Agent-Autonomous Trading
If the model of Griffain and Neur still has human users as the main body of DeFi, then Agent-autonomous trading makes AI the main body of DeFi. Unlike past trading bots that were limited to executing pre-set trading strategies, AI Agents can obtain real-time information from the market environment, perform contextual analysis, learn market trends, and adjust strategies based on these data. This allows Agents to make more accurate decisions and execute complex operations beyond the original program settings in a dynamic changing market. Relevant projects include Cod3x, Almanak, and others, but this field is still in the early stages of development and these projects need to be tested by the market. Undoubtedly, the biggest obstacle to Agent-autonomous trading is the trust issue, one is to trust that the relevant operations are indeed executed by the Agent, and the other is to trust that the Agent's trading strategy will not lead to unnecessary losses. In the future, projects that want to make a difference must solve these trust issues.
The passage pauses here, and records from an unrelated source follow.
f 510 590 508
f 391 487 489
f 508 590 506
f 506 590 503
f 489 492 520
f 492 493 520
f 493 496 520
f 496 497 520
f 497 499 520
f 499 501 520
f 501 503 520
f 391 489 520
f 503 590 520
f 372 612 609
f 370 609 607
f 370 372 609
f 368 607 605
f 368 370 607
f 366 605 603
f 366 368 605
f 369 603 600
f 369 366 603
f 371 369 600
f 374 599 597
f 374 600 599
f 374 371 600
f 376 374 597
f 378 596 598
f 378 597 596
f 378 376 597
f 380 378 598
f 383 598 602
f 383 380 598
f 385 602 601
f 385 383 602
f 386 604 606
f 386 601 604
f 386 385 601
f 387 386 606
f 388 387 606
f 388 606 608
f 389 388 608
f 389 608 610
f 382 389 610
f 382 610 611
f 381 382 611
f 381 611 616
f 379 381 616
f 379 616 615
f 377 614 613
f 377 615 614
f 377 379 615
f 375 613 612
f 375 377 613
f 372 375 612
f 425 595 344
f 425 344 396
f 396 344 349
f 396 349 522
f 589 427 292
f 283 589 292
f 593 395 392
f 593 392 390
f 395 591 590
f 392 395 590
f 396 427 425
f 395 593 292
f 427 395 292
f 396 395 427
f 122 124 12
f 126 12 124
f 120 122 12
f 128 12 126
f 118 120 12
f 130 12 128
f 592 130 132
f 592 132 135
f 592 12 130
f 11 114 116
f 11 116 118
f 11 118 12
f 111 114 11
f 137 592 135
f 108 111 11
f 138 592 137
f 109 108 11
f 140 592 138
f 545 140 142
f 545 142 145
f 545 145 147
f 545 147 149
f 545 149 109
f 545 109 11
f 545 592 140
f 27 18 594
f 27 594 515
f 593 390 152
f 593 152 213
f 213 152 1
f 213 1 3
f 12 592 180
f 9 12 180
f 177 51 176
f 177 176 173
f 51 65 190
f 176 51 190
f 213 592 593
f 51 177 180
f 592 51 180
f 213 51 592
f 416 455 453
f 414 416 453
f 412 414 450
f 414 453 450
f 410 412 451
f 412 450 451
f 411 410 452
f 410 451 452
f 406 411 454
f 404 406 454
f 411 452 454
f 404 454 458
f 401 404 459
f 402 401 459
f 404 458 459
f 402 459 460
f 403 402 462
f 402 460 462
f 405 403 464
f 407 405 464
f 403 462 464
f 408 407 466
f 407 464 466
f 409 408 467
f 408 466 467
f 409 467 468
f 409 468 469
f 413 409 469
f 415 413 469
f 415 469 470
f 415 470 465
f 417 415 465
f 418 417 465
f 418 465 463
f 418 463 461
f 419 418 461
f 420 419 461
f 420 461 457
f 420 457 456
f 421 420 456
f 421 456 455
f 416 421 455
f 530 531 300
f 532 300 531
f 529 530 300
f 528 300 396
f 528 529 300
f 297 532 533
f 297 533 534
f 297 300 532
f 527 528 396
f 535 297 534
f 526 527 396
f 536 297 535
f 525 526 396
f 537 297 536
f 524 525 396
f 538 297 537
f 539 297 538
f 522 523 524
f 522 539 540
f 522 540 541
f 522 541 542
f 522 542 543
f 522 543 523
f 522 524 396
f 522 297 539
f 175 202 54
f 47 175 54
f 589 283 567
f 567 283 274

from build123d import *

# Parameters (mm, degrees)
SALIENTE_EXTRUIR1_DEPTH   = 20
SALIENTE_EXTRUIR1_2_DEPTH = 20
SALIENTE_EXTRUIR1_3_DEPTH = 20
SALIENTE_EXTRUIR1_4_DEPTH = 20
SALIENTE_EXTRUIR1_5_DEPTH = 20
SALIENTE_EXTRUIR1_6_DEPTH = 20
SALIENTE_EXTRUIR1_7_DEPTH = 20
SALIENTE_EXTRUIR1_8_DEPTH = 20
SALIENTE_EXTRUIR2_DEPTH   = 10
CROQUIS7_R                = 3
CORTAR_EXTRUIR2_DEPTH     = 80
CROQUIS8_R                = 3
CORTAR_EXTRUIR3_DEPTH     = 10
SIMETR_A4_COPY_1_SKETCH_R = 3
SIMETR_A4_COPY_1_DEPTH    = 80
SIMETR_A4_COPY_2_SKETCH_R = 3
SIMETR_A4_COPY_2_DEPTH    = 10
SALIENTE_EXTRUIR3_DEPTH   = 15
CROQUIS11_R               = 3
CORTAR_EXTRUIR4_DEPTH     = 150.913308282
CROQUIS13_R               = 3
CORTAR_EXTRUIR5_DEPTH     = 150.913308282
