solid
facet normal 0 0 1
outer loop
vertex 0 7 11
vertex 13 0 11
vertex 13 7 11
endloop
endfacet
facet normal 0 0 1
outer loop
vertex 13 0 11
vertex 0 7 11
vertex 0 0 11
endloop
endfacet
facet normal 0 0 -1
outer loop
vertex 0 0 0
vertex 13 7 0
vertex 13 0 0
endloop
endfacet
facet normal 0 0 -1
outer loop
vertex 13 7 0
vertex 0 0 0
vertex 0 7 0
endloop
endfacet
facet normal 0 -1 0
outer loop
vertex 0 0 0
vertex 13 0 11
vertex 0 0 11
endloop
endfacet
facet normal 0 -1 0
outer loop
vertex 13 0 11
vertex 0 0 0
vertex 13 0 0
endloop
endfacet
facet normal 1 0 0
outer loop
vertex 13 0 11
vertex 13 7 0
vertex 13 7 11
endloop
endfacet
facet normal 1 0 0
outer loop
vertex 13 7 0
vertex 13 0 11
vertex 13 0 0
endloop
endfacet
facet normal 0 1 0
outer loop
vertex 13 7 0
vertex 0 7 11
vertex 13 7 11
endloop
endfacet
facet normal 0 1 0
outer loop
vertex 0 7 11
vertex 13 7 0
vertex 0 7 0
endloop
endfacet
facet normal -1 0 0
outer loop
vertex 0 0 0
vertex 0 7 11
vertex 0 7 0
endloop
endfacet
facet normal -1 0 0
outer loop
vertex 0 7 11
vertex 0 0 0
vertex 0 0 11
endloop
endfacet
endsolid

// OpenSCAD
// Generated by SolidPython 1.0.1 on 2020-07-29 00:46:55


cube(size = [13, 7, 11]);
/***********************************************
*********      SolidPython code:      **********
************************************************
 
# import packages: SolidPython
from solid import *
from solid.utils import *
from itertools import chain, combinations, permutations


class Resize:

    def __init__(self, scad_file):
        self.scad_file = scad_file
        #self.scad_file = import_scad(scad_file)
        # cone/cylinder param:
        self.r1 = 0
        self.r2 = 0
        self.h = 0
        # rectangular prism param:
        self.w = 0
        self.l = 0
        # ellipse param:
        self.r = 0

    # import OpenScad code (file name corresponds to shape)


    # classify shape + parameters
    def assign(self, param1, param2, param3):
        if self.scad_file == 'cone.scad':
            self.r1 = param1
            self.r2 = param2
            self.h = param3
        elif self.scad_file == 'cylinder.scad':
            self.r1 = param1
            self.r2 = param2
            self.h = param3
        elif self.scad_file == 'rectangularPrism.scad':
            self.h = param1
            self.l = param2
            self.w = param3
        else:
            self.r = param1
            self.h = param2

    # resize parameters
    def iterate(self):
        x = range(3, 20, 2)
        i = 1
        if self.scad_file == 'cone.scad':
            tempList = list(permutations(x, 2))
            for temp in tempList:
                param1 = temp[0]
                param2 = temp[1]
                filepath = 'produced_scad_files/' + 'cone' + str(param1) + '_' + str(param2) + '_' + '.scad'
                scad_render_to_file(cylinder(h=param1, r1=param2, r2=0), filepath)

        elif self.scad_file == 'cylinder.scad':
            tempList = list(permutations(x, 3))
            for temp in tempList:
                param1 = temp[0]
                param2 = temp[1]
                filepath = 'produced_scad_files/' + 'cylinder' + str(param1) + '_' + str(param2) + '_' + '.scad'
                scad_render_to_file(cylinder(h=param1, r1=param2, r2=param2), filepath)

        elif self.scad_file == 'rectangularPrism.scad':
            tempList = list(permutations(x, 3))
            for temp in tempList:
                param1 = temp[0]
                param2 = temp[1]
                param3 = temp[2]
                filepath = 'produced_scad_files/' + 'rectangularPrism' + str(param1) + '_' + str(param2) + '_' + str(
                    param3) + '.scad'
                scad_render_to_file(cube(size=(param1, param2, param3)), filepath)

        elif self.scad_file == 'ellipse.scad':
            tempList = list(permutations(x, 4))
            for temp in tempList:
                param1 = temp[0]
                param2 = temp[1]
                param3 = temp[2]
                param4 = temp[3]
                filepath = 'produced_scad_files/' + 'ellipse' + str(param1) + '_' + str(param2) + '_' + str(param3) + '_' + str(param4) + '.scad'
                scad_render_to_file(scale([param1, param2, param3])(sphere(r=param4)), filepath)

    def render_to_scadfile(self):
        scad_render_to_file(scad, 'example.scad') 
 
************************************************/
After months of development, AI Agents in the crypto field have gone through several stages, from pure meme to entertainment applications, and then to practical applications. In fact, crypto practitioners have never stopped exploring the possibilities of Crypto x AI, and CGV Research has been continuously following the progress of projects in the Crypto x AI track since 2023.
In the future, as the infrastructure continues to mature, Agent systems will become more intelligent and stable, and anyone can easily deploy and use Agents through natural language. At that time, the Agent framework will become a basic infrastructure, and various other applications will be built based on these frameworks. The valuation of the Agent framework is expected to continue to break through, and some Agent application projects may further capture market attention and investment value due to their outstanding business capabilities and user experience.